TASK REQUIREMENTS: All lines below containing the string "BuildSketch" are to be copied.

PROVIDED DATA:
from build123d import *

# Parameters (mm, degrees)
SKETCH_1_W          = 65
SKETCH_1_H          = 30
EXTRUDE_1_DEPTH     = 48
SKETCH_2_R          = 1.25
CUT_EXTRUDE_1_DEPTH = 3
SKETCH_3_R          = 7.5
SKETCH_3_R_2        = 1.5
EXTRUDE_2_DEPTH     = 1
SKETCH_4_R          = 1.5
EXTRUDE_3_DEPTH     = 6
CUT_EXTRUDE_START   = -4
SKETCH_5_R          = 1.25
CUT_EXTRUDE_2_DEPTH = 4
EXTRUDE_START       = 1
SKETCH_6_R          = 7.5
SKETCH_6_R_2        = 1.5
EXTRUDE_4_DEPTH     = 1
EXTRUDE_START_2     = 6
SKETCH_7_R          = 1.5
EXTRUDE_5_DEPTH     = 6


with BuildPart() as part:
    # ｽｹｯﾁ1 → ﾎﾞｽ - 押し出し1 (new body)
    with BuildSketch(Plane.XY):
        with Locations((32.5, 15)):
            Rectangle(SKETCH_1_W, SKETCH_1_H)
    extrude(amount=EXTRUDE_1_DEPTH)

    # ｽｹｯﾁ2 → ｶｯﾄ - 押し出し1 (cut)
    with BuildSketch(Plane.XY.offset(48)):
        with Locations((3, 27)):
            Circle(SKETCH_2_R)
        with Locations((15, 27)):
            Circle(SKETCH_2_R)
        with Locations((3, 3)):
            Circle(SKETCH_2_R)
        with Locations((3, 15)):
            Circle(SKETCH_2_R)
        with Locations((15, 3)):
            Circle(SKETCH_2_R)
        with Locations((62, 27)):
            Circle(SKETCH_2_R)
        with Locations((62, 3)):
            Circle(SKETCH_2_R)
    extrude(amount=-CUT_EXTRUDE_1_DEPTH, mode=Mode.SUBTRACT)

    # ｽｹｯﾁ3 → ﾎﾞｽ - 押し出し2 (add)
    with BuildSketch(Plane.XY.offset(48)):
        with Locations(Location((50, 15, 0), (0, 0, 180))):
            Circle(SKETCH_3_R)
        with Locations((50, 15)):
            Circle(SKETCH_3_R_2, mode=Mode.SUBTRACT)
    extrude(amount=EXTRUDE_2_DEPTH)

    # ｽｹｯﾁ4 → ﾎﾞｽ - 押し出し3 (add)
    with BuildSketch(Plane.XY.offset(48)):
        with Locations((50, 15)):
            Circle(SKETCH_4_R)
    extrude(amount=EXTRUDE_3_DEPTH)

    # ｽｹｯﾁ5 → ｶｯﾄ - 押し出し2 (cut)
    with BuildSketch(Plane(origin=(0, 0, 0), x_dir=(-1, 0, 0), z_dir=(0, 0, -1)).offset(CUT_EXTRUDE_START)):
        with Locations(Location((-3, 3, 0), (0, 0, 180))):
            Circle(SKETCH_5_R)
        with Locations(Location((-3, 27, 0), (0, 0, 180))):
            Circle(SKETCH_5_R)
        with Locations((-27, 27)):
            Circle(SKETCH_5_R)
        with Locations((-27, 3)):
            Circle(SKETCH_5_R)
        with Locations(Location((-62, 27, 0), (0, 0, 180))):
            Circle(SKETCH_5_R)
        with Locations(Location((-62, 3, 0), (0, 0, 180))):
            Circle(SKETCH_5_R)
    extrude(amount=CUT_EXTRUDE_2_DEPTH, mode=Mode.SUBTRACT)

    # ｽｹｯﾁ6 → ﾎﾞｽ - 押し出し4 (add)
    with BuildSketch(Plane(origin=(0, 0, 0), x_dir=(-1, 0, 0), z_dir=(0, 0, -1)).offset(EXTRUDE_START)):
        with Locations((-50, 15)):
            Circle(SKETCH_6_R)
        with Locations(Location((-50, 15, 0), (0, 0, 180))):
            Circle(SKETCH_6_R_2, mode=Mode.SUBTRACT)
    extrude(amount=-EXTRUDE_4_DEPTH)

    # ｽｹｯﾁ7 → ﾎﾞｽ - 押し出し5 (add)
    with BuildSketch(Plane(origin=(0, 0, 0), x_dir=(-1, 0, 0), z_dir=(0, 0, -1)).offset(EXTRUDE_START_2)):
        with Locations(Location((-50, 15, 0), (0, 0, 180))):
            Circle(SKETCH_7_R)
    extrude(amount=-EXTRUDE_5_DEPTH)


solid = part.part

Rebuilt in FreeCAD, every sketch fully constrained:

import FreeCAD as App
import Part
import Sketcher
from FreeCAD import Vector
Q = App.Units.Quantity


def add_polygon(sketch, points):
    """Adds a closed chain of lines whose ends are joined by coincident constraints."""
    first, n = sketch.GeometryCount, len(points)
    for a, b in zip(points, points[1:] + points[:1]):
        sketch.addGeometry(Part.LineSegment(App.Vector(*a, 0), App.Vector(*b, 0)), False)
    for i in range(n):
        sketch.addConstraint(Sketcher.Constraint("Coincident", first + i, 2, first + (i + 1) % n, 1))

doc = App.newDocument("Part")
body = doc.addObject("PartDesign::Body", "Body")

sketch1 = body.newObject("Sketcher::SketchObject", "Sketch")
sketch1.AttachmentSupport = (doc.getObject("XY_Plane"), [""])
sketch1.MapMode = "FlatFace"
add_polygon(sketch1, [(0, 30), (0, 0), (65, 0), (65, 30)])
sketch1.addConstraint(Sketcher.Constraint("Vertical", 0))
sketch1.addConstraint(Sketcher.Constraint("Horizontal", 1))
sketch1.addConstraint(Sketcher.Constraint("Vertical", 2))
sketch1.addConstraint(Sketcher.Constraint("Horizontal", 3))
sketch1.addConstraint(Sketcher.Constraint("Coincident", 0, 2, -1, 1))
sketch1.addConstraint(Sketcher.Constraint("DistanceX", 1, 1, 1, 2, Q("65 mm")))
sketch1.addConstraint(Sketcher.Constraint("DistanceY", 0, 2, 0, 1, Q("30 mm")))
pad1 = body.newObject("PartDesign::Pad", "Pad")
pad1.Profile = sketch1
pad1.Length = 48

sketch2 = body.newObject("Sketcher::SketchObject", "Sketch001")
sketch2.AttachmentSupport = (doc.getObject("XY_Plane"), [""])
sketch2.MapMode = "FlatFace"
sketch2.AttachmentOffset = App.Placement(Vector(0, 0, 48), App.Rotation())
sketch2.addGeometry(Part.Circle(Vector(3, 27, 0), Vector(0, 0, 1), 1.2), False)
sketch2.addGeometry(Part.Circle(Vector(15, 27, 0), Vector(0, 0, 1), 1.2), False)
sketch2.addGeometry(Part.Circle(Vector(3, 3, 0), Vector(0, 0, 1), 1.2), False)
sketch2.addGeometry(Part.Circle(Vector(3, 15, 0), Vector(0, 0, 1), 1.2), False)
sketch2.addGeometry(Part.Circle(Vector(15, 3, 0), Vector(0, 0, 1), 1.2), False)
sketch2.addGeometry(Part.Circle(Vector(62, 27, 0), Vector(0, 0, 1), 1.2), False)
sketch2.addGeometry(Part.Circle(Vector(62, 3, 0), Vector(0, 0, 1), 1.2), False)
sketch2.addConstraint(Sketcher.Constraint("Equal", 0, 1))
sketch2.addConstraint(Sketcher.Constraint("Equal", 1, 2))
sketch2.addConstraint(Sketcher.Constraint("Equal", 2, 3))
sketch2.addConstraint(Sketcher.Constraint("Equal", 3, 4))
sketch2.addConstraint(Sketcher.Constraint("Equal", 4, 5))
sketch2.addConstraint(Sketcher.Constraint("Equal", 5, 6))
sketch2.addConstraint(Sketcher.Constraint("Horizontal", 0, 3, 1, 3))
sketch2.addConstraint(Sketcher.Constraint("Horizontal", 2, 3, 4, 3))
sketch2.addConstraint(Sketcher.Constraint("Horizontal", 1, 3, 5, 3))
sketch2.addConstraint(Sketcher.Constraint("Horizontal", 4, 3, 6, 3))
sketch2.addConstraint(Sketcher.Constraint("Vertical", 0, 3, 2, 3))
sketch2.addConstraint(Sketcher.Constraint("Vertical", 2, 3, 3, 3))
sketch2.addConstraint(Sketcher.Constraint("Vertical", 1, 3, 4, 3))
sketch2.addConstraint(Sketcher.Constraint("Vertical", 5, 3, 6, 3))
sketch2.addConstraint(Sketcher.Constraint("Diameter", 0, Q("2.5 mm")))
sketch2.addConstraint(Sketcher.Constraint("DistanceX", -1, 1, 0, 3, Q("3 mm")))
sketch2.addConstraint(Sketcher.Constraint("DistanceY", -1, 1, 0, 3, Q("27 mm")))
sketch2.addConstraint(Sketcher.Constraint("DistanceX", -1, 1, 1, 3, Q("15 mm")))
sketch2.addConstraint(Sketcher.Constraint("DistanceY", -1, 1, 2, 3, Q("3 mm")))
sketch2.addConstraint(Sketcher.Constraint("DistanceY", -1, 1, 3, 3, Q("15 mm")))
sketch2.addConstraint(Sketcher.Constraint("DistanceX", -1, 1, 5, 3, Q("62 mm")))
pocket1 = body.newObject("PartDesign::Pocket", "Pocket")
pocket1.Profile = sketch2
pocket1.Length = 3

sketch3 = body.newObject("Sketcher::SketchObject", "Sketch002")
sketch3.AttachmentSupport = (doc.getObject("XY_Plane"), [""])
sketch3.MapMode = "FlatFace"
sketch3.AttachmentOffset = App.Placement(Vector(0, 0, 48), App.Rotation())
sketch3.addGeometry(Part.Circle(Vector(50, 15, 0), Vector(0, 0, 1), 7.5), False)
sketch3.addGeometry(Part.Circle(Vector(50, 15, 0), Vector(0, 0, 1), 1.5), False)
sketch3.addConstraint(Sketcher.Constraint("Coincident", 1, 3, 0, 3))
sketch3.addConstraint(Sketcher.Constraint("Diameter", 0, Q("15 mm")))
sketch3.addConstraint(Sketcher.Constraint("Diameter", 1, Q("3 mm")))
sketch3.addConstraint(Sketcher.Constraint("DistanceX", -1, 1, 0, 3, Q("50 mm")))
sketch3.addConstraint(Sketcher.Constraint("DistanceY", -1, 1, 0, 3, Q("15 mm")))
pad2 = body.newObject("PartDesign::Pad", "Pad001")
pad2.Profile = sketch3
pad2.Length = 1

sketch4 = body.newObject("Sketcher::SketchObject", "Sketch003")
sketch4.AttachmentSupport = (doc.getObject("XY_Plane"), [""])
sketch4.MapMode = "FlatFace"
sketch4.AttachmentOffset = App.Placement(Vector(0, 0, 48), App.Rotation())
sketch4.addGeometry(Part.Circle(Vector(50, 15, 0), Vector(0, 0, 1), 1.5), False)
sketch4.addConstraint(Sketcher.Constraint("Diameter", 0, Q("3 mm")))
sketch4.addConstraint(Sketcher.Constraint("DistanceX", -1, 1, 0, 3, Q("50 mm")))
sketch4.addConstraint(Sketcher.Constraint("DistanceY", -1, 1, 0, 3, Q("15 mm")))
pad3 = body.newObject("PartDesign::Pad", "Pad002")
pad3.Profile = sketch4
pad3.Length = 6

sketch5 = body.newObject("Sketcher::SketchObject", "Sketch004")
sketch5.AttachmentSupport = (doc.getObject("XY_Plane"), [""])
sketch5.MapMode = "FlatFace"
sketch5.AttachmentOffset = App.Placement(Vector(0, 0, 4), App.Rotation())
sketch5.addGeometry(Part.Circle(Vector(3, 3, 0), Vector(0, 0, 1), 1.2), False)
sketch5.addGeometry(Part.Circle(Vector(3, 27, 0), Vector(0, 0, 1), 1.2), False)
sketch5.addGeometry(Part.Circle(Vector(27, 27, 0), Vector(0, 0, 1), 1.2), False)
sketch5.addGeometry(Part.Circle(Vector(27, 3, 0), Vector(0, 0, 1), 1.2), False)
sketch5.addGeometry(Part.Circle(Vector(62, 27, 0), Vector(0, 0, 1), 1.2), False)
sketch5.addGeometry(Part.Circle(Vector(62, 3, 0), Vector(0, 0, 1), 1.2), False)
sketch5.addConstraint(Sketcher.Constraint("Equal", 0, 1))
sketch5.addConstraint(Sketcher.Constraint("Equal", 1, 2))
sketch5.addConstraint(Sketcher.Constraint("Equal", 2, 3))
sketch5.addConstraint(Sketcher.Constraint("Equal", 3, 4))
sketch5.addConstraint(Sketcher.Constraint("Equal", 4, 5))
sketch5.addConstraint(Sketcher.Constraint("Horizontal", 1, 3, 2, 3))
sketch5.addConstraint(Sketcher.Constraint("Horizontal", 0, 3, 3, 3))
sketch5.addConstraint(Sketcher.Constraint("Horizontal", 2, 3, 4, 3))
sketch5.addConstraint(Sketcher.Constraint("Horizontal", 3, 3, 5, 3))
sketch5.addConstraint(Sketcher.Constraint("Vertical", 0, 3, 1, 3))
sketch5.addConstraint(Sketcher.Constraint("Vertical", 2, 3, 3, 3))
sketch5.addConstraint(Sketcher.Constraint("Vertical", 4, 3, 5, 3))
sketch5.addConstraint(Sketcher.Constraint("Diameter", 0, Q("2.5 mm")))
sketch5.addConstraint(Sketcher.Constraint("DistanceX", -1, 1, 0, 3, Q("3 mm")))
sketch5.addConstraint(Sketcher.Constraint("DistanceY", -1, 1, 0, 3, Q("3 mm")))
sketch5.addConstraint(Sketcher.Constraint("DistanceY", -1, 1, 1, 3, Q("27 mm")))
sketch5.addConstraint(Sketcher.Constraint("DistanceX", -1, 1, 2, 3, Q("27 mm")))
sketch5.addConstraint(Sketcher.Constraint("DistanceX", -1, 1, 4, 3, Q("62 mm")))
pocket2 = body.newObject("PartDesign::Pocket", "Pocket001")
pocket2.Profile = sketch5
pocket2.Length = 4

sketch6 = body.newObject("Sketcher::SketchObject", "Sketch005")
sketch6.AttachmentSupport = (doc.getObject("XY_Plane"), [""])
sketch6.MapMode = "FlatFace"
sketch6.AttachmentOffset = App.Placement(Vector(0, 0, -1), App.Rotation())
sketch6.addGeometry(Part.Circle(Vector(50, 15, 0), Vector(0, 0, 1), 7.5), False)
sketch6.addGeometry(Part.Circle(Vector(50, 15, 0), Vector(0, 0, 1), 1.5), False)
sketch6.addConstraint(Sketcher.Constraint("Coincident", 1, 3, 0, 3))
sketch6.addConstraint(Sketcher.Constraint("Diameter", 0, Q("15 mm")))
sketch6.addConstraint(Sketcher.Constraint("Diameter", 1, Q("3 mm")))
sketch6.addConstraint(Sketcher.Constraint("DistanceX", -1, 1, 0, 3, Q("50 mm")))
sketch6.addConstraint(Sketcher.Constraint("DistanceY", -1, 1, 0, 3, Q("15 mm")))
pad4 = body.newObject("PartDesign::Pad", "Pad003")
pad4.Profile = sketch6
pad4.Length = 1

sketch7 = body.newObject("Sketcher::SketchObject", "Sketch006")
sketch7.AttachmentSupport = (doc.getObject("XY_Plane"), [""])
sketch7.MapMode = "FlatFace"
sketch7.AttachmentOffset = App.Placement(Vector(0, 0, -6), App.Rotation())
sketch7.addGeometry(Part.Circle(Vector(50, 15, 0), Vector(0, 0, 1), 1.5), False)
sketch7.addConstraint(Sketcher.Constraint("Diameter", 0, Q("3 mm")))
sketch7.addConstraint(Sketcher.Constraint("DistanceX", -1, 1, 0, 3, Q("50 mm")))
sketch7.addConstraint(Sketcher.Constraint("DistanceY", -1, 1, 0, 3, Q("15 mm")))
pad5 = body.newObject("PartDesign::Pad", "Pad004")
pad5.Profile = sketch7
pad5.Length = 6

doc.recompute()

EXERCISE SOLUTION:
    with BuildSketch(Plane.XY):
    with BuildSketch(Plane.XY.offset(48)):
    with BuildSketch(Plane.XY.offset(48)):
    with BuildSketch(Plane.XY.offset(48)):
    with BuildSketch(Plane(origin=(0, 0, 0), x_dir=(-1, 0, 0), z_dir=(0, 0, -1)).offset(CUT_EXTRUDE_START)):
    with BuildSketch(Plane(origin=(0, 0, 0), x_dir=(-1, 0, 0), z_dir=(0, 0, -1)).offset(EXTRUDE_START)):
    with BuildSketch(Plane(origin=(0, 0, 0), x_dir=(-1, 0, 0), z_dir=(0, 0, -1)).offset(EXTRUDE_START_2)):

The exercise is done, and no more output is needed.